SB02OD

Solution of continuous- or discrete-time algebraic Riccati equations (generalized Schur vectors method)

[Specification] [Arguments] [Method] [References] [Comments] [Example]

Purpose

  To solve for X either the continuous-time algebraic Riccati
  equation
                           -1
     Q + A'X + XA - (L+XB)R  (L+XB)' = 0                       (1)

  or the discrete-time algebraic Riccati equation
                                  -1
     X = A'XA - (L+A'XB)(R + B'XB)  (L+A'XB)' + Q              (2)

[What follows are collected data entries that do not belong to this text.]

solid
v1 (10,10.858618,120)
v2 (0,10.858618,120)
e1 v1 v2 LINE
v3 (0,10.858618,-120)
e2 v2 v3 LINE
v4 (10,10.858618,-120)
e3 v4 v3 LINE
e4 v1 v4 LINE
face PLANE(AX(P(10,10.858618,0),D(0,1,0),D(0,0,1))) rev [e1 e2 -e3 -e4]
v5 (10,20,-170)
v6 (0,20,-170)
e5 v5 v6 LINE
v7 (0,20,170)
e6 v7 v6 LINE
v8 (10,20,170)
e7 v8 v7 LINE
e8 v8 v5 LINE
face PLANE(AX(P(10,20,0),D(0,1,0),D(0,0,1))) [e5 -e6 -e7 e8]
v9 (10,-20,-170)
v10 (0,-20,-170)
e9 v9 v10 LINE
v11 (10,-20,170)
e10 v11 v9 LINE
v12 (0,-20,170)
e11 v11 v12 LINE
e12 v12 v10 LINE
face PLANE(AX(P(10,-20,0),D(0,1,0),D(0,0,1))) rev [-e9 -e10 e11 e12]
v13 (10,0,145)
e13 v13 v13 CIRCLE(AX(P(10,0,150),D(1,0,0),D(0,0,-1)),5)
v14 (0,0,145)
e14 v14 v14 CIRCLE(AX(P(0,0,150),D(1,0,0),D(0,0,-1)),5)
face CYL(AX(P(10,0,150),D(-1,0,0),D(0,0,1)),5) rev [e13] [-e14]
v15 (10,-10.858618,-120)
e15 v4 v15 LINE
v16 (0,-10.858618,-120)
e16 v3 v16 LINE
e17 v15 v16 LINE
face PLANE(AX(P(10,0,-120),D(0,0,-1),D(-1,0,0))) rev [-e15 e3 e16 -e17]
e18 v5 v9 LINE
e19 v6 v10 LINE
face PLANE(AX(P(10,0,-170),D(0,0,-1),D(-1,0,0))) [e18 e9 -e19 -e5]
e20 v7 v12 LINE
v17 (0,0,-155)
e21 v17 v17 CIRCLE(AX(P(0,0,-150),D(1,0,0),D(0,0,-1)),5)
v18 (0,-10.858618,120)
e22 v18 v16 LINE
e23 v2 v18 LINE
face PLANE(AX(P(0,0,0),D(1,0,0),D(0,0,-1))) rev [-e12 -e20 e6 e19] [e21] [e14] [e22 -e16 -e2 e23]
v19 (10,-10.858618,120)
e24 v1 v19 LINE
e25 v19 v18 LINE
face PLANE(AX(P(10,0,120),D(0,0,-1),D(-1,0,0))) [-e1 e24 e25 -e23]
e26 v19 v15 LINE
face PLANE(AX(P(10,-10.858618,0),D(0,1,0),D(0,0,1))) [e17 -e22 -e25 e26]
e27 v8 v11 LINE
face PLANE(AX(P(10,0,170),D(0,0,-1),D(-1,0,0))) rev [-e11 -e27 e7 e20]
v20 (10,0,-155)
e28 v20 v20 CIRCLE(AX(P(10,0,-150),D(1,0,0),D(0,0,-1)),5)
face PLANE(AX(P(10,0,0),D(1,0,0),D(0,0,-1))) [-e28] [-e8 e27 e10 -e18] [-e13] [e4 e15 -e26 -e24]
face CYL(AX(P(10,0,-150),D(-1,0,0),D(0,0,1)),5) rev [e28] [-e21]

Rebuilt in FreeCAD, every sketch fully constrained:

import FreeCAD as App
import Part
import Sketcher
from FreeCAD import Vector
Q = App.Units.Quantity


def add_polygon(sketch, points):
    """Adds a closed chain of lines whose ends are joined by coincident constraints."""
    first, n = sketch.GeometryCount, len(points)
    for a, b in zip(points, points[1:] + points[:1]):
        sketch.addGeometry(Part.LineSegment(App.Vector(*a, 0), App.Vector(*b, 0)), False)
    for i in range(n):
        sketch.addConstraint(Sketcher.Constraint("Coincident", first + i, 2, first + (i + 1) % n, 1))

doc = App.newDocument("Part")
body = doc.addObject("PartDesign::Body", "Body")

# Sketch on YZ plane
sketch1 = body.newObject("Sketcher::SketchObject", "Sketch")
sketch1.AttachmentSupport = (doc.getObject("YZ_Plane"), [""])
sketch1.MapMode = "FlatFace"
add_polygon(sketch1, [(20, 170), (-20, 170), (-20, -170), (20, -170)])  # lines 0-3
sketch1.addGeometry(Part.Circle(Vector(0, 150, 0), Vector(0, 0, 1), 5), False)  # 4
add_polygon(sketch1, [(-11, -120), (-11, 120), (11, 120), (11, -120)])  # lines 5-8
sketch1.addGeometry(Part.Circle(Vector(0, -150, 0), Vector(0, 0, 1), 5), False)  # 9
sketch1.addConstraint([
    Sketcher.Constraint("Horizontal", 0),
    Sketcher.Constraint("Vertical", 1),
    Sketcher.Constraint("Horizontal", 2),
    Sketcher.Constraint("Vertical", 3),
    Sketcher.Constraint("Vertical", 5),
    Sketcher.Constraint("Horizontal", 6),
    Sketcher.Constraint("Vertical", 7),
    Sketcher.Constraint("Horizontal", 8),
    Sketcher.Constraint("Equal", 4, 9),
    Sketcher.Constraint("Symmetric", 4, 3, 9, 3, -1, 1),
    Sketcher.Constraint("Symmetric", 0, 2, 2, 2, -1, 1),
    Sketcher.Constraint("Symmetric", 5, 2, 7, 2, -1, 1),
    Sketcher.Constraint("PointOnObject", 4, 3, -2),
    Sketcher.Constraint("Diameter", 4, Q("10 mm")),
    Sketcher.Constraint("DistanceX", 0, 2, 0, 1, Q("40 mm")),
    Sketcher.Constraint("DistanceY", 1, 2, 1, 1, Q("340 mm")),
    Sketcher.Constraint("DistanceY", 5, 1, 5, 2, Q("240 mm")),
    Sketcher.Constraint("DistanceY", -1, 1, 4, 3, Q("150 mm")),
    Sketcher.Constraint("DistanceX", 6, 1, 6, 2, Q("21.717236 mm")),
])
pad1 = body.newObject("PartDesign::Pad", "Pad")
pad1.Profile = sketch1
pad1.Length = 10

doc.recompute()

  where A, B, Q, R, and L are N-by-N, N-by-M, N-by-N, M-by-M and
  N-by-M matrices, respectively, such that Q = C'C, R = D'D and
  L = C'D; X is an N-by-N symmetric matrix.
  The routine also returns the computed values of the closed-loop
  spectrum of the system, i.e., the stable eigenvalues lambda(1),
  ..., lambda(N) of the corresponding Hamiltonian or symplectic
  pencil, in the continuous-time case or discrete-time case,
  respectively.
                           -1
  Optionally, matrix G = BR  B' may be given instead of B and R.
  Other options include the case with Q and/or R given in a
  factored form, Q = C'C, R = D'D, and with L a zero matrix.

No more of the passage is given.